GIVEN DATA >>

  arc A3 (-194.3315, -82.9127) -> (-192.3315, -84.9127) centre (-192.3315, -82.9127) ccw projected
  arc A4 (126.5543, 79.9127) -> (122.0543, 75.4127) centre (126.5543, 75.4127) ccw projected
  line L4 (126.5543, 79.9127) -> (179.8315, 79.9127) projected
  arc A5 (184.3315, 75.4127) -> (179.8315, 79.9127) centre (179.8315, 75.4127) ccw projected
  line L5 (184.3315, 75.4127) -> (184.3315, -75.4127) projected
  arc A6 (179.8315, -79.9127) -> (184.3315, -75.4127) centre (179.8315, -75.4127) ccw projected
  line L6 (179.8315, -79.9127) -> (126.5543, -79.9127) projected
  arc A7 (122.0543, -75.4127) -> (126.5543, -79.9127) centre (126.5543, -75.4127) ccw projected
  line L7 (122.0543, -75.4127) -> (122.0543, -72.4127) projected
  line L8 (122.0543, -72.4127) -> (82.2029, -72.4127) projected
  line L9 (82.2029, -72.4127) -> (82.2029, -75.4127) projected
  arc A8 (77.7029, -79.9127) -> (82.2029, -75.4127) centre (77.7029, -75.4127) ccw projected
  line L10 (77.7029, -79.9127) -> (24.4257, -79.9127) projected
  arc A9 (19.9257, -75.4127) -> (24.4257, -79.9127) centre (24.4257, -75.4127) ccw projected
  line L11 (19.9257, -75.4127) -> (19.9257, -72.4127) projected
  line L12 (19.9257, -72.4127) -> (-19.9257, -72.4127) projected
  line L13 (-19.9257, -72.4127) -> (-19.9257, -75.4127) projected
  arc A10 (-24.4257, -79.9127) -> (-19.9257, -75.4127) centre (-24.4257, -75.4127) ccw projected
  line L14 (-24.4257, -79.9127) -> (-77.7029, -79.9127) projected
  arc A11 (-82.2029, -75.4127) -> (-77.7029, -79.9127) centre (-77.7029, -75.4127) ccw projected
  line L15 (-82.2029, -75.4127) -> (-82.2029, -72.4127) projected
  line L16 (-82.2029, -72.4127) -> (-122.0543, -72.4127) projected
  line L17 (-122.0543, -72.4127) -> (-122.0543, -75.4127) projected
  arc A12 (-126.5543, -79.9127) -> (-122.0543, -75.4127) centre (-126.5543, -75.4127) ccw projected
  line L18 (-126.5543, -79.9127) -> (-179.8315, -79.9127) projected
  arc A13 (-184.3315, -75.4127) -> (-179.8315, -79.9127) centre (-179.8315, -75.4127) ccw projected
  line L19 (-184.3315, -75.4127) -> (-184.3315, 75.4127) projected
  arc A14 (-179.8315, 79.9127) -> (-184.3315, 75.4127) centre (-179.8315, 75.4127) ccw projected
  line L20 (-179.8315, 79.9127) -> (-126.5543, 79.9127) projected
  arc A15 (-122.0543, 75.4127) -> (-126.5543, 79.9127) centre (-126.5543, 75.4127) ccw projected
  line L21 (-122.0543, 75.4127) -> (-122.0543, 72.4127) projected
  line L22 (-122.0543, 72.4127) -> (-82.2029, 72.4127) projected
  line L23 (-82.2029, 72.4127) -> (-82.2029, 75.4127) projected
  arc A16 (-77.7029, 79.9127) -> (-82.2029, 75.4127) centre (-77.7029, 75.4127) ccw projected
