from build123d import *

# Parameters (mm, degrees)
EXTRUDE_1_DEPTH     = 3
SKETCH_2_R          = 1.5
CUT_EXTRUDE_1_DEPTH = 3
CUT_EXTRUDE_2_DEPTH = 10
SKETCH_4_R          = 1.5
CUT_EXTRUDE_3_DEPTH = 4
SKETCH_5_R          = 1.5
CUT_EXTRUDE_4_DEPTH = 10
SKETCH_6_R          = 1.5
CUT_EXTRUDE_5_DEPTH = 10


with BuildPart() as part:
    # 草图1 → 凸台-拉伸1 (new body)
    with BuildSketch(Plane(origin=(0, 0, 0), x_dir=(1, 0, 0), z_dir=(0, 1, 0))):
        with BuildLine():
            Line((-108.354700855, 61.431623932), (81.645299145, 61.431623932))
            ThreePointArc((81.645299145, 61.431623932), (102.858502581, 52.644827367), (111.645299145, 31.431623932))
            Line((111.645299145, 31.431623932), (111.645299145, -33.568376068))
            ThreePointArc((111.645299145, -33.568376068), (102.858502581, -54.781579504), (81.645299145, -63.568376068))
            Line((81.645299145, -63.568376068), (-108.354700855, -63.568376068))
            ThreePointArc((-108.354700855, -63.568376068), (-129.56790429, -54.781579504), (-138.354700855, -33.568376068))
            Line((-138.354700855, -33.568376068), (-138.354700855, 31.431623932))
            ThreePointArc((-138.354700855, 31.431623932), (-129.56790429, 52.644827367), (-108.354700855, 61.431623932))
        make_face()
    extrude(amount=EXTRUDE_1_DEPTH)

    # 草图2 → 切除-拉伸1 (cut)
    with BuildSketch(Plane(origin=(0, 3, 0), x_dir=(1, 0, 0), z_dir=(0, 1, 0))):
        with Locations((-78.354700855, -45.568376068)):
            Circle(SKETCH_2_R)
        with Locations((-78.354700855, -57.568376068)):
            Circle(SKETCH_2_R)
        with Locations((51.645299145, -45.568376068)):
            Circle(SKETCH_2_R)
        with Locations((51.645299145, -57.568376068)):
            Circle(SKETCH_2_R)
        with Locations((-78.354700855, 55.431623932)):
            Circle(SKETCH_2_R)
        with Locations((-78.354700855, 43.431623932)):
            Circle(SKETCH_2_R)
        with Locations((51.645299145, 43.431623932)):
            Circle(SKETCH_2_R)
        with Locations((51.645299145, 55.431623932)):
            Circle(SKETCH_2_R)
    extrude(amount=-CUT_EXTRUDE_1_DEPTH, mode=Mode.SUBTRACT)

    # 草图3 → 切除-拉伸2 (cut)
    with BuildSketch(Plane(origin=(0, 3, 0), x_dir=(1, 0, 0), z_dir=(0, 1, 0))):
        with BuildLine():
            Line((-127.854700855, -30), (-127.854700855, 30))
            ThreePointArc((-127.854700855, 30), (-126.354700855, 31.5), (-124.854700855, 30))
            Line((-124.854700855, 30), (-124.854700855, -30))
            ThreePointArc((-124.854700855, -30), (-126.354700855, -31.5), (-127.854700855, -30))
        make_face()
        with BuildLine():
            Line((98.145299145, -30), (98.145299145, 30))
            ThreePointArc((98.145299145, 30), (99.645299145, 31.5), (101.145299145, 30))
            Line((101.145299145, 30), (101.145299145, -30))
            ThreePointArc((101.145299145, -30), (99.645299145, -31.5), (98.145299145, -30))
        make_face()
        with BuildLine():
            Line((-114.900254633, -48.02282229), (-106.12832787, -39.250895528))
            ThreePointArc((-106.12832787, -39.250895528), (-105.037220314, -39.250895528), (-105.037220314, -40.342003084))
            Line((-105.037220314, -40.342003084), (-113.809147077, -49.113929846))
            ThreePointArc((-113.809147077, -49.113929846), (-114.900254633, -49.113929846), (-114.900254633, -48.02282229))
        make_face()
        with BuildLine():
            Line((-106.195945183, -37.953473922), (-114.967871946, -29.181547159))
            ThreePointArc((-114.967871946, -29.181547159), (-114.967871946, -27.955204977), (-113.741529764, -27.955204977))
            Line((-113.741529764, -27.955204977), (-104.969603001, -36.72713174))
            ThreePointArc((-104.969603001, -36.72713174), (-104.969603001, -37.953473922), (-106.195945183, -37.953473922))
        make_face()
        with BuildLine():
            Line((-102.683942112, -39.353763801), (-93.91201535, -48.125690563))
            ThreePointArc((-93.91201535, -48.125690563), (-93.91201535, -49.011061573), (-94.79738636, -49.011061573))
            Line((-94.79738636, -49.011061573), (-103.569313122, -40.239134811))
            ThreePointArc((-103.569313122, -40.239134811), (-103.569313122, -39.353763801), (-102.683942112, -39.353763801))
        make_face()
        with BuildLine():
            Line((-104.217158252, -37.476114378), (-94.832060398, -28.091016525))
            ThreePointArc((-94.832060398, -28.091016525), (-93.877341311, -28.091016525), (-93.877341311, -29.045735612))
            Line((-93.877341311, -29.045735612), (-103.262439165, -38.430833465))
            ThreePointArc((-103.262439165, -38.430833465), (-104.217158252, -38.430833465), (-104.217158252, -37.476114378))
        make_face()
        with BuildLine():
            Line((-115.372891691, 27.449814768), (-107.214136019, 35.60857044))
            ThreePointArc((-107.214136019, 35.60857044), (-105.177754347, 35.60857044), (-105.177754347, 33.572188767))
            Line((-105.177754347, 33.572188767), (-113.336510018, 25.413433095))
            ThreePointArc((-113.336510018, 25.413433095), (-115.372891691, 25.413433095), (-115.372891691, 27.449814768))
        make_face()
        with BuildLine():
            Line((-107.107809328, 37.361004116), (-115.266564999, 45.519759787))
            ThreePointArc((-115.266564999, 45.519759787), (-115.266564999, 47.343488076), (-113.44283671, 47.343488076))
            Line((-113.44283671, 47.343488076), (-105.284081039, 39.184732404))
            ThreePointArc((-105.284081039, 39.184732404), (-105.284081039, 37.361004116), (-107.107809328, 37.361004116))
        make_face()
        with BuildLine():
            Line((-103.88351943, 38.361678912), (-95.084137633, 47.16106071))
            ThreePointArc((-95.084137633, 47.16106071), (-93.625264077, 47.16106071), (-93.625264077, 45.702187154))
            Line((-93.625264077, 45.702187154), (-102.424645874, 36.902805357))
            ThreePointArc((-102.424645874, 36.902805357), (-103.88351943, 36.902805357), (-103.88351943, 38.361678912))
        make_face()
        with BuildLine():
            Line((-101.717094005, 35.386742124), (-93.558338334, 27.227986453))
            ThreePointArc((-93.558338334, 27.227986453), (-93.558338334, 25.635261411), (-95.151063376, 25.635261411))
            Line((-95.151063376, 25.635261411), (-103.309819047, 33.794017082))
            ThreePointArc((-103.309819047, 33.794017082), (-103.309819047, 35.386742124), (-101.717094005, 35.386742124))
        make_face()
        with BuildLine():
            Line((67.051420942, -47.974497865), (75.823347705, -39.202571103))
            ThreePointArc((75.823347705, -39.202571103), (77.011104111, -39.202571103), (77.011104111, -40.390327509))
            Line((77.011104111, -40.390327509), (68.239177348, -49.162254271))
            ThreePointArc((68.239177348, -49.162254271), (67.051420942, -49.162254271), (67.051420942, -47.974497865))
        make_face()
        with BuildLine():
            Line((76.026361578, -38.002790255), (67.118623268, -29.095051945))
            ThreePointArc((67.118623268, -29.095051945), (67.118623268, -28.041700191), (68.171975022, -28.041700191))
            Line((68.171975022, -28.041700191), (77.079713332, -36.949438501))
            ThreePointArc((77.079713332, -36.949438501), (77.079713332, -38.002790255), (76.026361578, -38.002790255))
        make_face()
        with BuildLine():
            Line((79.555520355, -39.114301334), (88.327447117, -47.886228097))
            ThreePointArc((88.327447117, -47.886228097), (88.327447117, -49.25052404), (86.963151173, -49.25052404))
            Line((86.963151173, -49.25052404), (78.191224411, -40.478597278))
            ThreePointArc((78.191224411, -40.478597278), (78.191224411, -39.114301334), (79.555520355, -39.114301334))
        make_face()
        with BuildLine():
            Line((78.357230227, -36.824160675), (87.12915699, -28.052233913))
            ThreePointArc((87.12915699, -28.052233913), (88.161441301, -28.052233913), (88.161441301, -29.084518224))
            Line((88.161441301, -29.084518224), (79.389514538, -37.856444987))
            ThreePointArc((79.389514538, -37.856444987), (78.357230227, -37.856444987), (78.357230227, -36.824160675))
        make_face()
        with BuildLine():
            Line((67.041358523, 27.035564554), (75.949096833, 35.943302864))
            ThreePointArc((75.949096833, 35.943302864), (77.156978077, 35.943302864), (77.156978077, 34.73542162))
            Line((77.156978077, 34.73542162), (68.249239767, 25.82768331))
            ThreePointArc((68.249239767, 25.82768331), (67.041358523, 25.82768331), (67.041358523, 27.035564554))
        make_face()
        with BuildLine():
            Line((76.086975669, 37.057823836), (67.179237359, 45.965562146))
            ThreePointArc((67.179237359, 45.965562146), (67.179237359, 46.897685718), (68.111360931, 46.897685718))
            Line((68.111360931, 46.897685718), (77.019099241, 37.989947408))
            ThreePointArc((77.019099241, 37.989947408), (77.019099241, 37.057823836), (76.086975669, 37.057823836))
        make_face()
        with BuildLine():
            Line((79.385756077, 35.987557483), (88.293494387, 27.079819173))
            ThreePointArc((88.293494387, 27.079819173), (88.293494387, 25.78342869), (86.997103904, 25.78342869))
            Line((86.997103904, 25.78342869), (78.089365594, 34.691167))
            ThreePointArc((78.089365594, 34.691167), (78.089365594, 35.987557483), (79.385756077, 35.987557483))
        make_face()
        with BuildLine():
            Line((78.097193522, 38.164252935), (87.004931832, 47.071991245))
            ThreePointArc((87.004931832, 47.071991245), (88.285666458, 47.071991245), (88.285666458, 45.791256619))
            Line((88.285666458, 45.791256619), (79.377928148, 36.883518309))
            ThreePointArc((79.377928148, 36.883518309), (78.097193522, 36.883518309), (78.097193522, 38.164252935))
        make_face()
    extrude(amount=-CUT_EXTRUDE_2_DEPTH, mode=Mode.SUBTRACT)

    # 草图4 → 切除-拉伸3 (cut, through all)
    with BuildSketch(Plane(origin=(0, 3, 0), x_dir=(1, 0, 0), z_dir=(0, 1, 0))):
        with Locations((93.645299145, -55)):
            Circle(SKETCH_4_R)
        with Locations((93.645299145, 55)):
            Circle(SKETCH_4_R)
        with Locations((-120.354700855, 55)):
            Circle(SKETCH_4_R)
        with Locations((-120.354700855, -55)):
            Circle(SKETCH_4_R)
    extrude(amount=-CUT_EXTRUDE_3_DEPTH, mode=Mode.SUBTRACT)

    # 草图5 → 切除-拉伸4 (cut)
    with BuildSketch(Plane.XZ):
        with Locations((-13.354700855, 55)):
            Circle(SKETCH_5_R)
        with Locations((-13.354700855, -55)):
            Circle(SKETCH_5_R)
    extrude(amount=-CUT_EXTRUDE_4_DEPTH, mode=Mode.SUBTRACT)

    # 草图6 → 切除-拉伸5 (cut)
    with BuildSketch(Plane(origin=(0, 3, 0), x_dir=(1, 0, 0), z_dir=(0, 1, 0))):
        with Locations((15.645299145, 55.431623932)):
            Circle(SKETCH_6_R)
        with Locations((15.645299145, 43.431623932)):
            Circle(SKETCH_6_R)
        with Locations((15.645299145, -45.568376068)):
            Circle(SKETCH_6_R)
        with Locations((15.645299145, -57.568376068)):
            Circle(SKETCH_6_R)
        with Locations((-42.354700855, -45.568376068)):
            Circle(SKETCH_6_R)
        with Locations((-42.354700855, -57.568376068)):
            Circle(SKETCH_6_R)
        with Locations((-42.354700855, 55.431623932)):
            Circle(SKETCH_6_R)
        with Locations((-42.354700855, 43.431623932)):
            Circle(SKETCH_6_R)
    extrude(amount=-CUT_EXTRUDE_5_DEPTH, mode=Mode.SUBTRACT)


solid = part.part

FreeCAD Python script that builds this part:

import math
import FreeCAD as App
import Part
import Sketcher

doc = App.newDocument("Part")
body = doc.addObject("PartDesign::Body", "Body")

# Sketch on XZ plane
sketch1 = body.newObject("Sketcher::SketchObject", "Sketch")
sketch1.AttachmentSupport = (doc.getObject("XZ_Plane"), [""])
sketch1.MapMode = "FlatFace"
sketch1.addGeometry(Part.LineSegment(App.Vector(82, -61, 0), App.Vector(-108, -61, 0)), False)
sketch1.addGeometry(Part.ArcOfCircle(Part.Circle(App.Vector(-108, -31, 0), App.Vector(0, 0, 1), 30), math.radians(-180), math.radians(-90)), False)
sketch1.addGeometry(Part.LineSegment(App.Vector(-138, -31, 0), App.Vector(-138, 34, 0)), False)
sketch1.addGeometry(Part.ArcOfCircle(Part.Circle(App.Vector(-108, 34, 0), App.Vector(0, 0, 1), 30), math.radians(90), math.radians(180)), False)
sketch1.addGeometry(Part.LineSegment(App.Vector(-108, 64, 0), App.Vector(82, 64, 0)), False)
sketch1.addGeometry(Part.ArcOfCircle(Part.Circle(App.Vector(82, 34, 0), App.Vector(0, 0, 1), 30), math.radians(0), math.radians(90)), False)
sketch1.addGeometry(Part.LineSegment(App.Vector(112, 34, 0), App.Vector(112, -31, 0)), False)
sketch1.addGeometry(Part.ArcOfCircle(Part.Circle(App.Vector(82, -31, 0), App.Vector(0, 0, 1), 30), math.radians(-90), math.radians(0)), False)
sketch1.addConstraint(Sketcher.Constraint("Tangent", 0, 2, 1, 2))
sketch1.addConstraint(Sketcher.Constraint("Tangent", 1, 1, 2, 1))
sketch1.addConstraint(Sketcher.Constraint("Tangent", 2, 2, 3, 2))
sketch1.addConstraint(Sketcher.Constraint("Tangent", 3, 1, 4, 1))
sketch1.addConstraint(Sketcher.Constraint("Tangent", 4, 2, 5, 2))
sketch1.addConstraint(Sketcher.Constraint("Tangent", 5, 1, 6, 1))
sketch1.addConstraint(Sketcher.Constraint("Tangent", 6, 2, 7, 2))
sketch1.addConstraint(Sketcher.Constraint("Tangent", 7, 1, 0, 1))
sketch1.addConstraint(Sketcher.Constraint("Horizontal", 0))
sketch1.addConstraint(Sketcher.Constraint("Vertical", 2))
sketch1.addConstraint(Sketcher.Constraint("Horizontal", 4))
sketch1.addConstraint(Sketcher.Constraint("Vertical", 6))
sketch1.addConstraint(Sketcher.Constraint("Equal", 1, 3))
sketch1.addConstraint(Sketcher.Constraint("Equal", 3, 5))
sketch1.addConstraint(Sketcher.Constraint("Equal", 5, 7))
sketch1.addConstraint(Sketcher.Constraint("Radius", 1, 30.0))
sketch1.addConstraint(Sketcher.Constraint("DistanceX", 0, 2, 0, 1, 190.0))
sketch1.addConstraint(Sketcher.Constraint("DistanceY", 2, 1, 2, 2, 65.0))
sketch1.addConstraint(Sketcher.Constraint("DistanceX", 1, 3, -1, 1, 108.354701))
sketch1.addConstraint(Sketcher.Constraint("DistanceY", 1, 3, -1, 1, 31.431624))
pad1 = body.newObject("PartDesign::Pad", "Pad")
pad1.Profile = sketch1
pad1.Length = 3
pad1.Reversed = True

# Sketch on XZ plane
sketch2 = body.newObject("Sketcher::SketchObject", "Sketch001")
sketch2.AttachmentSupport = (doc.getObject("XZ_Plane"), [""])
sketch2.MapMode = "FlatFace"
sketch2.AttachmentOffset = App.Placement(App.Vector(0, 0, -3), App.Rotation())
sketch2.addGeometry(Part.Circle(App.Vector(-78.4, 45.6, 0), App.Vector(0, 0, 1), 1.5), False)
sketch2.addGeometry(Part.Circle(App.Vector(-78.4, 57.6, 0), App.Vector(0, 0, 1), 1.5), False)
sketch2.addGeometry(Part.Circle(App.Vector(51.6, 45.6, 0), App.Vector(0, 0, 1), 1.5), False)
sketch2.addGeometry(Part.Circle(App.Vector(51.6, 57.6, 0), App.Vector(0, 0, 1), 1.5), False)
sketch2.addGeometry(Part.Circle(App.Vector(-78.4, -55.4, 0), App.Vector(0, 0, 1), 1.5), False)
sketch2.addGeometry(Part.Circle(App.Vector(-78.4, -43.4, 0), App.Vector(0, 0, 1), 1.5), False)
sketch2.addGeometry(Part.Circle(App.Vector(51.6, -43.4, 0), App.Vector(0, 0, 1), 1.5), False)
sketch2.addGeometry(Part.Circle(App.Vector(51.6, -55.4, 0), App.Vector(0, 0, 1), 1.5), False)
sketch2.addConstraint(Sketcher.Constraint("Equal", 0, 1))
sketch2.addConstraint(Sketcher.Constraint("Equal", 1, 2))
sketch2.addConstraint(Sketcher.Constraint("Equal", 2, 3))
sketch2.addConstraint(Sketcher.Constraint("Equal", 3, 4))
sketch2.addConstraint(Sketcher.Constraint("Equal", 4, 5))
sketch2.addConstraint(Sketcher.Constraint("Equal", 5, 6))
sketch2.addConstraint(Sketcher.Constraint("Equal", 6, 7))
sketch2.addConstraint(Sketcher.Constraint("Horizontal", 0, 3, 2, 3))
sketch2.addConstraint(Sketcher.Constraint("Horizontal", 1, 3, 3, 3))
sketch2.addConstraint(Sketcher.Constraint("Horizontal", 5, 3, 6, 3))
sketch2.addConstraint(Sketcher.Constraint("Horizontal", 4, 3, 7, 3))
sketch2.addConstraint(Sketcher.Constraint("Vertical", 0, 3, 1, 3))
sketch2.addConstraint(Sketcher.Constraint("Vertical", 2, 3, 3, 3))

AIM OF THE EXERCISE >> In the data above, retype exactly and only the lines between the one holding "solid = part.part" and the one holding "FreeCAD Python script", inclusive.

RESPONSE TO THIS EXERCISE >>
solid = part.part

FreeCAD Python script that builds this part:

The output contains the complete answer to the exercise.